For the listing that follows, give again exactly the lines from the one with "f 519 588 589" to the one with "f 600 540 601", including both.
++++
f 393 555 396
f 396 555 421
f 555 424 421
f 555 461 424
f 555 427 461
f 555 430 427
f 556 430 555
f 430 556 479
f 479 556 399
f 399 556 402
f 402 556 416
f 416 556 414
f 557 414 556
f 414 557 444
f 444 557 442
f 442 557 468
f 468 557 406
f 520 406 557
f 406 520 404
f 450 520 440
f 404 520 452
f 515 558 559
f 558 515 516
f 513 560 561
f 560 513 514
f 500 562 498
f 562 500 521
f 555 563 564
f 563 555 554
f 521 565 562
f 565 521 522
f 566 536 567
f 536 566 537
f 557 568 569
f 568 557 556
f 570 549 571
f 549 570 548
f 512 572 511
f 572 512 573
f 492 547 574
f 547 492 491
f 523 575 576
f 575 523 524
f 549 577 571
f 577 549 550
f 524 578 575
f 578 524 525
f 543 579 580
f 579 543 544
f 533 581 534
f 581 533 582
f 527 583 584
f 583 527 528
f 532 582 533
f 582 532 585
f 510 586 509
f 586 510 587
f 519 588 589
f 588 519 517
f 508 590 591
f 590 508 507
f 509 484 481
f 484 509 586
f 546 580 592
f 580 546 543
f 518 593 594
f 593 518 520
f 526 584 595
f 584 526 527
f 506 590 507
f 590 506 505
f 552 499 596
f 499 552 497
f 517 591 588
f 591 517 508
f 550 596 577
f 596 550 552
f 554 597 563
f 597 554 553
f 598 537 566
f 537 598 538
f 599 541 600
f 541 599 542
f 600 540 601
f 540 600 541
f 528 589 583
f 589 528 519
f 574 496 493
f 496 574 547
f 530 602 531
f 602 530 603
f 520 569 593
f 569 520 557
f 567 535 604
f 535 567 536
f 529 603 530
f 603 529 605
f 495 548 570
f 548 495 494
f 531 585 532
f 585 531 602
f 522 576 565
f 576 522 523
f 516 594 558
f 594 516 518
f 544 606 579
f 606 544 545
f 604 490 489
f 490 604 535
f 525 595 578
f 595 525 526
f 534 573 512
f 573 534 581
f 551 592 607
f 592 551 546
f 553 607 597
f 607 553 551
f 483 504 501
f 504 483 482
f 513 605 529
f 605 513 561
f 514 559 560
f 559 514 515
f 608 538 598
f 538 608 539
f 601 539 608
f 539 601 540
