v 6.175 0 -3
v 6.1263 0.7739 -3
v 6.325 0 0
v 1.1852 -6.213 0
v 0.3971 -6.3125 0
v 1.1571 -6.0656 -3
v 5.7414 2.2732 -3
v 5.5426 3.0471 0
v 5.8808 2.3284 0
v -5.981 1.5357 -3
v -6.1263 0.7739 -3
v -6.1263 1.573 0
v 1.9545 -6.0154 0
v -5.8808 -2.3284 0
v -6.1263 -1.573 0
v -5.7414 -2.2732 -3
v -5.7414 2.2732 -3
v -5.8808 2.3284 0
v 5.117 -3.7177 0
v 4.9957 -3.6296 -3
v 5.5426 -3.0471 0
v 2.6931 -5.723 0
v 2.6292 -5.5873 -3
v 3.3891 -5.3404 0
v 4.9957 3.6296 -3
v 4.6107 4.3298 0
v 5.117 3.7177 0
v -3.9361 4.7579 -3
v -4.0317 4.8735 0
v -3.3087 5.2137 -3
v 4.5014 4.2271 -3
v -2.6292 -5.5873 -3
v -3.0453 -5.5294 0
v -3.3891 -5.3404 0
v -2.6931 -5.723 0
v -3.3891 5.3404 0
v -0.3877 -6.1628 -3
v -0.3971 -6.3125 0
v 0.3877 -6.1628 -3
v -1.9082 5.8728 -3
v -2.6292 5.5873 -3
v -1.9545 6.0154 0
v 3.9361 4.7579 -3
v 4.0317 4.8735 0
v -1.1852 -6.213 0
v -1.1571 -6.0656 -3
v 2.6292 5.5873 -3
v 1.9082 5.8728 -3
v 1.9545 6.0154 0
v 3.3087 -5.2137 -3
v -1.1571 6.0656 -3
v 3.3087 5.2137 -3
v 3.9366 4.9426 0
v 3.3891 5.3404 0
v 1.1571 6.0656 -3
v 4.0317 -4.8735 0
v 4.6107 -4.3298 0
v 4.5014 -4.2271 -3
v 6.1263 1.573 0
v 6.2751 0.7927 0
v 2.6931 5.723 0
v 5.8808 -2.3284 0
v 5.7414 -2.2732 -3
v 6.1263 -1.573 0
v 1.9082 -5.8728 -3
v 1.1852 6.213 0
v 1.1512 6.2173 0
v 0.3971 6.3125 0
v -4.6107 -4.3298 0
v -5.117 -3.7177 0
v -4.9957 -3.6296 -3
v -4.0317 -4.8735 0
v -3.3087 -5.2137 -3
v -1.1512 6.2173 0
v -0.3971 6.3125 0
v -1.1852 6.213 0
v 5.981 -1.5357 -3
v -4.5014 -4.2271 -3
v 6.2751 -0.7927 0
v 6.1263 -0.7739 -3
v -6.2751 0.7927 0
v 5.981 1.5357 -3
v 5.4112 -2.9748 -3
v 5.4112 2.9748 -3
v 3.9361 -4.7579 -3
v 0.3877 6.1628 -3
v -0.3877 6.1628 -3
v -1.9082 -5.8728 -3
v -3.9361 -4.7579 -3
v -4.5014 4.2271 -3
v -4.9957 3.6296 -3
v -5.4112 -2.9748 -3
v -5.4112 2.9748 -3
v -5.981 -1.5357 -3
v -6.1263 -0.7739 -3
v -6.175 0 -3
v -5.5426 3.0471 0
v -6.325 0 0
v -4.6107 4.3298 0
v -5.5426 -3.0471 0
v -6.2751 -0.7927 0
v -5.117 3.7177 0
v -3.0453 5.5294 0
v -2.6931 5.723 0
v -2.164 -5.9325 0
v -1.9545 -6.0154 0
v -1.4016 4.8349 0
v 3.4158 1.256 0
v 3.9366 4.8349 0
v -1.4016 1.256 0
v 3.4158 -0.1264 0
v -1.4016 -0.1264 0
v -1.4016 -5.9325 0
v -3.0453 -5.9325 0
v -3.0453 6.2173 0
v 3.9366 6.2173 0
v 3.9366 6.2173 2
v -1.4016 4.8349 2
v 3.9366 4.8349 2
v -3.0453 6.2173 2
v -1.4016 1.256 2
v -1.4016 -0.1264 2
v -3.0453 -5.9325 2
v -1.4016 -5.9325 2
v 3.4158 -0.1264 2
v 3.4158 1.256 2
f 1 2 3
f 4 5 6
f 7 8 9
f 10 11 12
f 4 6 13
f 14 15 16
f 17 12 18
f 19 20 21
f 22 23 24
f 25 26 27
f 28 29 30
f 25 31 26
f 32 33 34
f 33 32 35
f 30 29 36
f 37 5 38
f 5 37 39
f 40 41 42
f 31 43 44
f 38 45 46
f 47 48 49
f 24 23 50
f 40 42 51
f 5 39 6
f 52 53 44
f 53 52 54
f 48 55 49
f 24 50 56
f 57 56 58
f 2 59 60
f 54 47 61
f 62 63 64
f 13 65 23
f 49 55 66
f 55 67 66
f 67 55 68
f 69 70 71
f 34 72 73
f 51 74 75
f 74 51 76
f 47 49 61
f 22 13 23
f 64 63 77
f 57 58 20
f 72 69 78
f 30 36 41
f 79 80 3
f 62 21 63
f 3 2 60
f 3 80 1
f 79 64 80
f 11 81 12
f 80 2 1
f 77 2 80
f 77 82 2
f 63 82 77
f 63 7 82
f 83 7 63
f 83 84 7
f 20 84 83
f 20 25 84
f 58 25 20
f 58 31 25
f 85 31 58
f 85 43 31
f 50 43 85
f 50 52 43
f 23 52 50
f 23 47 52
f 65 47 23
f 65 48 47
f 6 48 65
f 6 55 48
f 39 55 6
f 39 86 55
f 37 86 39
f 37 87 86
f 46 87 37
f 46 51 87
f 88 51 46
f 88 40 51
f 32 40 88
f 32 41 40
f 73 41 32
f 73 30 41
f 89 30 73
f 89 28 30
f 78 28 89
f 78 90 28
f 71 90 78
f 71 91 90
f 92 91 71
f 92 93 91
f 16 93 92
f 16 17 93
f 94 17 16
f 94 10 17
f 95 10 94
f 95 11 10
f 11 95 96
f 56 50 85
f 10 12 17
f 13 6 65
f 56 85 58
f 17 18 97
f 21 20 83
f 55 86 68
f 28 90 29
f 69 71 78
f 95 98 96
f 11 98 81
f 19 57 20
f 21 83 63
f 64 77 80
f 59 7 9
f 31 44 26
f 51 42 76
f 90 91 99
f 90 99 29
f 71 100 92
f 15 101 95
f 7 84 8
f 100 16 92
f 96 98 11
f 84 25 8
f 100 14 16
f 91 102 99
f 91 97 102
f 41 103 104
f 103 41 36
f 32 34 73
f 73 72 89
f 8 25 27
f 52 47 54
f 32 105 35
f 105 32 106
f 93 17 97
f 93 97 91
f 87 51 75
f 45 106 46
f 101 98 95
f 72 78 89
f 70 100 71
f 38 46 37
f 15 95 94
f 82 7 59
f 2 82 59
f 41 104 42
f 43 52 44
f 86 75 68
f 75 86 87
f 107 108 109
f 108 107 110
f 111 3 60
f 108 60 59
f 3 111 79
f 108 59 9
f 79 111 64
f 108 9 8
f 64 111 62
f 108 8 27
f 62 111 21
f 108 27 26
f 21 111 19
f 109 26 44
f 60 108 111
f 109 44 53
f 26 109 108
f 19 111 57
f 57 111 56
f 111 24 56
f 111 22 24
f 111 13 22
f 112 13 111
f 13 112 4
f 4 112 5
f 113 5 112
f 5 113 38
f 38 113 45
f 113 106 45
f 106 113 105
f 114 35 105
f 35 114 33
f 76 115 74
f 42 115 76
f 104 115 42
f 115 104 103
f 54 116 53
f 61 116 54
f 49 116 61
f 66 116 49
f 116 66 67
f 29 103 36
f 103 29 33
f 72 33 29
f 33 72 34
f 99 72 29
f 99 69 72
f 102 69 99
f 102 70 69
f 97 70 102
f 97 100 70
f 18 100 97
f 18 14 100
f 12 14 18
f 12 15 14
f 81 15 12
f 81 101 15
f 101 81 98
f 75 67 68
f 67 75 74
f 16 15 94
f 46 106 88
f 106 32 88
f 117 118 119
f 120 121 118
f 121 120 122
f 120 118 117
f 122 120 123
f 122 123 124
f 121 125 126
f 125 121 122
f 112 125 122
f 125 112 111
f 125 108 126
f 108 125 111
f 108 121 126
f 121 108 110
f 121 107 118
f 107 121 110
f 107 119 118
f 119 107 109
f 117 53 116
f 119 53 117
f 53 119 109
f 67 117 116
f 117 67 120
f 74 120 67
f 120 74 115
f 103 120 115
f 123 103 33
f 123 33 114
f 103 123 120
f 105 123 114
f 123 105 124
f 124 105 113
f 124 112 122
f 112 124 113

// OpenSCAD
$fn = 50;

difference() {
	union() {
		translate(v = [0, 0, -3.0]) {
			cylinder(h = 3, r1 = 6.175, r2 = 6.325);
		}
		linear_extrude(height = 2) {
			text(font = "Impact", halign = "center", size = 12, text = "F", valign = "center");
		}
	}
	union();
}
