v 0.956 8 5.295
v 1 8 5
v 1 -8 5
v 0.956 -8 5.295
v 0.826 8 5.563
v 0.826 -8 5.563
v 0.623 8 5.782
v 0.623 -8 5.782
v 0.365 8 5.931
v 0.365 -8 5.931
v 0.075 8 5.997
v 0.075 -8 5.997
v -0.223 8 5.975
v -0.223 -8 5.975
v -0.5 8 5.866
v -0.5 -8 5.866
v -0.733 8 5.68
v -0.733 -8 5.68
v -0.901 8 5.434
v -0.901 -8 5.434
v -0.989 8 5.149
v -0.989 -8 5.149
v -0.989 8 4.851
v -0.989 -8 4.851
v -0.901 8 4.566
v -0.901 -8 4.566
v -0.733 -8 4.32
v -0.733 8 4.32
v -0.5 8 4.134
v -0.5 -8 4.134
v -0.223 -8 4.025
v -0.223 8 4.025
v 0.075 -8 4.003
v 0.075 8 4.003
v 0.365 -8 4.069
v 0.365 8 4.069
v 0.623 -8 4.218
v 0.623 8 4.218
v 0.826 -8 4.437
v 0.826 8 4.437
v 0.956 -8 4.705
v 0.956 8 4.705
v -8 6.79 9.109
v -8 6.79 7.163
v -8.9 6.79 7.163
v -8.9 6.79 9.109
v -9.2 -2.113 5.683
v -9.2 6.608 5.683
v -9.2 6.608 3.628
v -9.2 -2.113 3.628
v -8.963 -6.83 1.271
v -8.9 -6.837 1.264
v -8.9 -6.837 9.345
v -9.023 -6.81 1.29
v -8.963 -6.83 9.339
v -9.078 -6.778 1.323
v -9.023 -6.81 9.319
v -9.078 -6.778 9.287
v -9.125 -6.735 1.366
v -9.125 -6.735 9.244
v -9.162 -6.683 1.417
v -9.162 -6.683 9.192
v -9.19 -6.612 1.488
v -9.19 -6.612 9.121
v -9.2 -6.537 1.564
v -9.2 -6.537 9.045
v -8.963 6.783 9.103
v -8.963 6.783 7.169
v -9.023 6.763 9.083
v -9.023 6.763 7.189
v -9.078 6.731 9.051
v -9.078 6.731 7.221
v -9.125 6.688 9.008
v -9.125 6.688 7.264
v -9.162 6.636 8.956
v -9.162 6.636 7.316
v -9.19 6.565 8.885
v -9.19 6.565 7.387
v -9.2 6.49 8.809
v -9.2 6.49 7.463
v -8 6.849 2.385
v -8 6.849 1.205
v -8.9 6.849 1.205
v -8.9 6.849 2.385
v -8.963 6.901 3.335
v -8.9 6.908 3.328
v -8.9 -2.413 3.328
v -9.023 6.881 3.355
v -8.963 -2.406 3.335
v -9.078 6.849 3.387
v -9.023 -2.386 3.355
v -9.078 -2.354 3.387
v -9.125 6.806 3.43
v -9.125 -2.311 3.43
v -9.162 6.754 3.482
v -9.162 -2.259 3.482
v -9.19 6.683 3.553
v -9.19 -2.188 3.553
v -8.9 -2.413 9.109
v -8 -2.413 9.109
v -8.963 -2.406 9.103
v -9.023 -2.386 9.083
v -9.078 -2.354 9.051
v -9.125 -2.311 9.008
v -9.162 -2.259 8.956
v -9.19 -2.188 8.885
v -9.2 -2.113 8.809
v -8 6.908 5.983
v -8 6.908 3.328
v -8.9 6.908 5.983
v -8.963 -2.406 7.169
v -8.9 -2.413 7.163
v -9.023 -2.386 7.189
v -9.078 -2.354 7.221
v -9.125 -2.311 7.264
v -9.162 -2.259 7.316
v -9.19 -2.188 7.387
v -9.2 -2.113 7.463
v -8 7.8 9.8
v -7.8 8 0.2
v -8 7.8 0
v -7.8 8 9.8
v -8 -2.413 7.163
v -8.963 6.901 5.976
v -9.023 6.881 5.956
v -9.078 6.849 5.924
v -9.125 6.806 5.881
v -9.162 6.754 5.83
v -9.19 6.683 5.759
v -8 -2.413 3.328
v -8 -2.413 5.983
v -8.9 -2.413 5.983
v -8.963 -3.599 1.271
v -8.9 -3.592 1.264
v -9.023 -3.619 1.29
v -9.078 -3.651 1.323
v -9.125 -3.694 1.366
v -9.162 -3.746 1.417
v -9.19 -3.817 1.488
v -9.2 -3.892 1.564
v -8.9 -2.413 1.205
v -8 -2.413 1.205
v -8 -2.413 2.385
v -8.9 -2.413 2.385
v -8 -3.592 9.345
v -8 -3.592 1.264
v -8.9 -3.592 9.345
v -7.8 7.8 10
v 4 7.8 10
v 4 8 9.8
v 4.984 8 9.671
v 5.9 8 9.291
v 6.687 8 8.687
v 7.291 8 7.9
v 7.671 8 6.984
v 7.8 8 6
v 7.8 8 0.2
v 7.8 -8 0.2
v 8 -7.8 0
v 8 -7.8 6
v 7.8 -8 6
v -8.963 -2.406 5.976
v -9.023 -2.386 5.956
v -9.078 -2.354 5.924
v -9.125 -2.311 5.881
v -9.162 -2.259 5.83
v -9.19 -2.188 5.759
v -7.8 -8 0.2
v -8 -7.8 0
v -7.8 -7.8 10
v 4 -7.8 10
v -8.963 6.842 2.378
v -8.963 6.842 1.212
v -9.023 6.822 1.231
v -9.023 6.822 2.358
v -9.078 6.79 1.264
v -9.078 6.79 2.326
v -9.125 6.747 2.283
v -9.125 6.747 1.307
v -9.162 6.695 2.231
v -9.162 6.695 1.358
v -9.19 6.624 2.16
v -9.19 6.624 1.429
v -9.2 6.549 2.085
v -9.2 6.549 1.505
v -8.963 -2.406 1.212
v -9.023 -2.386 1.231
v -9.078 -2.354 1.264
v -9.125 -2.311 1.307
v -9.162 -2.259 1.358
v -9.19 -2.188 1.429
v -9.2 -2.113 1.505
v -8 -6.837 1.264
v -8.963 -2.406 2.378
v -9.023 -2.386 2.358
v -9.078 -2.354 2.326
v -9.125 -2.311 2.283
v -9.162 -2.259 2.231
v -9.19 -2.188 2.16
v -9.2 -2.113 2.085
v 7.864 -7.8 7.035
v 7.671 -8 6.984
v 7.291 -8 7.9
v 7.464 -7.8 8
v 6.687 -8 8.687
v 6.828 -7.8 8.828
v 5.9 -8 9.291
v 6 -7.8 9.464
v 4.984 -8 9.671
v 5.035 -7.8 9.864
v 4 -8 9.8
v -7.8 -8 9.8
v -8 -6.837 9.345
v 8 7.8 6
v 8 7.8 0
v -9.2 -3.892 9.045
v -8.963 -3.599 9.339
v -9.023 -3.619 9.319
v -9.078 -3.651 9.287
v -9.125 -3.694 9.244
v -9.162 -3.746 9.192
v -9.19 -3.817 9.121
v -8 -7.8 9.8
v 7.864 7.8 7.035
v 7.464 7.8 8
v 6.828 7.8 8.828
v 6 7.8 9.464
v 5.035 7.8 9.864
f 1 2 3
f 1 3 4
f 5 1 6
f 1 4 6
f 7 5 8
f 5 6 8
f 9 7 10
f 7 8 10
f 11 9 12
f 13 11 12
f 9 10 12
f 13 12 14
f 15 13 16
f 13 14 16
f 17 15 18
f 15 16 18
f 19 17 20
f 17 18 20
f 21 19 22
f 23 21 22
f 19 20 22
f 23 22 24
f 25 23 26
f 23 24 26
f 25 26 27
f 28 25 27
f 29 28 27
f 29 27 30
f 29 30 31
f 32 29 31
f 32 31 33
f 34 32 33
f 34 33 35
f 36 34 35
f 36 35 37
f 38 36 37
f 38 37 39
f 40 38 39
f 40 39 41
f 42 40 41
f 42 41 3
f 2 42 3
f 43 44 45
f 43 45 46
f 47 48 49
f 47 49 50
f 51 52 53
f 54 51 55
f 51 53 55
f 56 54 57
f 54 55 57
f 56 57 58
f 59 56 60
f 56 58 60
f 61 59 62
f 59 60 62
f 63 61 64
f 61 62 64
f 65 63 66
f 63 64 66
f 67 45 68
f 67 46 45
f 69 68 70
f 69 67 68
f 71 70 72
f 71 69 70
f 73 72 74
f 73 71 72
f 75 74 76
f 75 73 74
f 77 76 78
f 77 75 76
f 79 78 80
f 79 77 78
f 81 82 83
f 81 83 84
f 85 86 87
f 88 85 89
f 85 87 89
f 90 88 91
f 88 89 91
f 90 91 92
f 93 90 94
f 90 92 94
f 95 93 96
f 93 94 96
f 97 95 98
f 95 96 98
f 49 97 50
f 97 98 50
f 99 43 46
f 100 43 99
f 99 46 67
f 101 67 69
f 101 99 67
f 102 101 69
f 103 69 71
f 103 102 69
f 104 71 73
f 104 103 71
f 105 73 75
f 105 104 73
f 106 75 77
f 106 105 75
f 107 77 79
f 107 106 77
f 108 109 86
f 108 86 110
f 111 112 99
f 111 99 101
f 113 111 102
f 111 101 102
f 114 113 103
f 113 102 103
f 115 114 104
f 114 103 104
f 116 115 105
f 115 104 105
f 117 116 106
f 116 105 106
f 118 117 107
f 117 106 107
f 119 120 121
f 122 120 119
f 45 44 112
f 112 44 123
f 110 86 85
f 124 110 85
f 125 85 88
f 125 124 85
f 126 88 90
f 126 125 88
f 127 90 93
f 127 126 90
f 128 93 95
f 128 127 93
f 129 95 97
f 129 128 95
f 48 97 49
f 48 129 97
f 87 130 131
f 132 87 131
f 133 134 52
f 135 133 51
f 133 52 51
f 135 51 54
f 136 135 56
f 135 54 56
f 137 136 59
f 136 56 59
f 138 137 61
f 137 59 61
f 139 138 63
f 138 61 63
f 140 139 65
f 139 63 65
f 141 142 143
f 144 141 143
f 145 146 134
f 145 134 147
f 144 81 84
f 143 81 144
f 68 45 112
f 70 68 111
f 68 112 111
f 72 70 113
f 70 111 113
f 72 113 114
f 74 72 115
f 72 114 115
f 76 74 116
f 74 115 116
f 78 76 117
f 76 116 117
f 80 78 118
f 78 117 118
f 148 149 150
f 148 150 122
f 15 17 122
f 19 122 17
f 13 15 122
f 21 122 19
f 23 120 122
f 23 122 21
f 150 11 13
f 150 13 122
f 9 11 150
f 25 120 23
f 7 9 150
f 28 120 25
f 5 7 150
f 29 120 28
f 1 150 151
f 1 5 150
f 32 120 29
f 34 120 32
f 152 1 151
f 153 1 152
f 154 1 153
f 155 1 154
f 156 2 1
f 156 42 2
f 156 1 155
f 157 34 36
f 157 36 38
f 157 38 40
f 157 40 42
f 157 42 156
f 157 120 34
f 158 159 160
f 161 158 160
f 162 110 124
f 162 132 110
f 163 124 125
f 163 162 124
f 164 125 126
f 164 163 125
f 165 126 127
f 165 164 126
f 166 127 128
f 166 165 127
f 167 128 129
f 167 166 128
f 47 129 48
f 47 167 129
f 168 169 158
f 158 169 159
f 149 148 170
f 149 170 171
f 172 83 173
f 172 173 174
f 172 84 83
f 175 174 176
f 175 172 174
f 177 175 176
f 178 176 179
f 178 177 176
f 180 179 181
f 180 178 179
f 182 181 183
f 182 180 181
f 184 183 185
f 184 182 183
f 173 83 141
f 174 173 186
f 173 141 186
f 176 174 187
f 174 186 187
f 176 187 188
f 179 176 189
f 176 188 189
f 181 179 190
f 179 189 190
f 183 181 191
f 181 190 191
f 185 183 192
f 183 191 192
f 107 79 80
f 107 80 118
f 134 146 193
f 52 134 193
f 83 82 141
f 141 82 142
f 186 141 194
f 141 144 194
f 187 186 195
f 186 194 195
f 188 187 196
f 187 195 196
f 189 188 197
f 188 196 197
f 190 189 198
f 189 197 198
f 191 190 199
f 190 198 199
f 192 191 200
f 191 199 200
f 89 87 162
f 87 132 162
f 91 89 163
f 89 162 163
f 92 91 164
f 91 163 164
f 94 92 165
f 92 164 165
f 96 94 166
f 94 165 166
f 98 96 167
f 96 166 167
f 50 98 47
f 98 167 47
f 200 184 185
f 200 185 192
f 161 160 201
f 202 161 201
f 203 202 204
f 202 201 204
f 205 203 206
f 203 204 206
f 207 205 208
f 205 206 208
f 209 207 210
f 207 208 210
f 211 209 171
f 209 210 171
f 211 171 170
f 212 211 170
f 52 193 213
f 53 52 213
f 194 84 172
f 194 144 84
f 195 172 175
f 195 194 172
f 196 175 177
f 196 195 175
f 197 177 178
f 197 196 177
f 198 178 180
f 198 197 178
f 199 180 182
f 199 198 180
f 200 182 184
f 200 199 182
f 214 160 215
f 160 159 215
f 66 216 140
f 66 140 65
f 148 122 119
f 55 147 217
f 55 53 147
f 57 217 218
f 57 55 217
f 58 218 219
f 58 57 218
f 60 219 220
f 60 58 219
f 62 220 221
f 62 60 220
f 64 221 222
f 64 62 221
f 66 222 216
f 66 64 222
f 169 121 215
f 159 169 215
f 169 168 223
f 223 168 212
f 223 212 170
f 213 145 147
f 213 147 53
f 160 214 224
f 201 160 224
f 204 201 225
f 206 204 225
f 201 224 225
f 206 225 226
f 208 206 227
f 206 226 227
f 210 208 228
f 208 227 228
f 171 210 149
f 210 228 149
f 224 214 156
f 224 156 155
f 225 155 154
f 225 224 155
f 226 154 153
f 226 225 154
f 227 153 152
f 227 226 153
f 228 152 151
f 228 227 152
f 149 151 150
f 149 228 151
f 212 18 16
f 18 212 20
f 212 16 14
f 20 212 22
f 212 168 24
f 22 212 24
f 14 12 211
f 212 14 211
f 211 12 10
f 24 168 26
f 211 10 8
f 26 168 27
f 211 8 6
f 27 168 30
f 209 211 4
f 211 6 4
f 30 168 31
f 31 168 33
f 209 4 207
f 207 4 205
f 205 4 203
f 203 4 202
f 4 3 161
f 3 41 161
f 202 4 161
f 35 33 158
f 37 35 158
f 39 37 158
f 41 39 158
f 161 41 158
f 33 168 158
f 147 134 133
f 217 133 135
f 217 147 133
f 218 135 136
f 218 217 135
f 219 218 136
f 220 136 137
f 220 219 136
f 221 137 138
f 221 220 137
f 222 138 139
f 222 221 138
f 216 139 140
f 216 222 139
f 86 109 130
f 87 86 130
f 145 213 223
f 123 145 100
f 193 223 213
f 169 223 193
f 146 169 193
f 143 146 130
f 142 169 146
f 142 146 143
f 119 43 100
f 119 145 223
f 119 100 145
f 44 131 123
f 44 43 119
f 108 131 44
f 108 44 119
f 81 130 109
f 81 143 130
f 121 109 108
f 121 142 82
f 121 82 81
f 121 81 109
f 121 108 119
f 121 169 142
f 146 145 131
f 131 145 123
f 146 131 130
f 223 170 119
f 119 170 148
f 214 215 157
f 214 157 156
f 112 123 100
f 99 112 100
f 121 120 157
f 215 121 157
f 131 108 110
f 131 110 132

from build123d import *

# Parameters (mm, degrees)
F0_W     = 16
F0_H     = 16
F1_DEPTH = 10
F2_R     = 4
F3_W     = 9.202218
F3_H     = 1.946622
F3_W_2   = 9.320195
F3_H_2   = 2.654486
F3_W_3   = 9.261206
F3_H_3   = 1.179772
F3_W_4   = 3.244372
F3_H_4   = 8.081435
F4_DEPTH = 1.2
F5_R     = 0.3
F6_SIZE  = 0.2
F7_R     = 1
F8_DEPTH = 16.001


with BuildPart() as f1:
    # F0 (on Top) → F1 (new body)
    with BuildSketch(Plane.XY):
        Rectangle(F0_W, F0_H)
    extrude(amount=F1_DEPTH)

    # F2
    f2_edges = [f1.edges().sort_by_distance(p)[0] for p in [
        (8, 0, 10),
    ]]
    fillet(f2_edges, radius=F2_R)

    # F3 (on face) → F4 (join)
    with BuildSketch(Plane(origin=(-8, 0, 0), x_dir=(0, -1, 0), z_dir=(-1, 0, 0))):
        with Locations((-2.188604, 8.136063)):
            Rectangle(F3_W, F3_H)
        with Locations((-2.247592, 4.655737)):
            Rectangle(F3_W_2, F3_H_2)
        with Locations((-2.218098, 1.794791)):
            Rectangle(F3_W_3, F3_H_3)
        with Locations((5.214463, 5.304612)):
            Rectangle(F3_W_4, F3_H_4)
    extrude(amount=F4_DEPTH)

    # F5
    f5_edges = [f1.edges().sort_by_distance(p)[0] for p in [
        (-9.2, 2.188604, 9.109374),
        (-9.2, -2.412505, 8.136063),
        (-9.2, 2.188604, 7.162752),
        (-9.2, 2.247592, 5.98298),
        (-9.2, -2.412505, 4.655737),
        (-9.2, 2.247592, 3.328494),
        (-9.2, 2.218098, 2.384677),
        (-9.2, -2.412505, 1.794791),
        (-9.2, 2.218098, 1.204905),
        (-9.2, -5.214463, 9.345329),
        (-9.2, -6.836649, 5.304612),
        (-9.2, -3.592277, 5.304612),
        (-9.2, -5.214463, 1.263894),
        (-9.2, 6.789713, 8.136063),
        (-9.2, 6.90769, 4.655737),
        (-9.2, 6.848701, 1.794791),
    ]]
    fillet(f5_edges, radius=F5_R)

    # F6
    f6_edges = [f1.edges().sort_by_distance(p)[0] for p in [
        (8, -8, 3),
        (6.828427, -8, 8.828427),
        (0, -8, 0),
        (-2, -8, 10),
        (-8, -8, 5),
        (8, 8, 3),
        (6.828427, 8, 8.828427),
        (0, 8, 0),
        (-2, 8, 10),
        (-8, 8, 5),
        (-8, 0, 10),
    ]]
    chamfer(f6_edges, length=F6_SIZE)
++++
Task solution:
f 519 588 589
f 588 519 517
f 508 590 591
f 590 508 507
f 509 484 481
f 484 509 586
f 546 580 592
f 580 546 543
f 518 593 594
f 593 518 520
f 526 584 595
f 584 526 527
f 506 590 507
f 590 506 505
f 552 499 596
f 499 552 497
f 517 591 588
f 591 517 508
f 550 596 577
f 596 550 552
f 554 597 563
f 597 554 553
f 598 537 566
f 537 598 538
f 599 541 600
f 541 599 542
f 600 540 601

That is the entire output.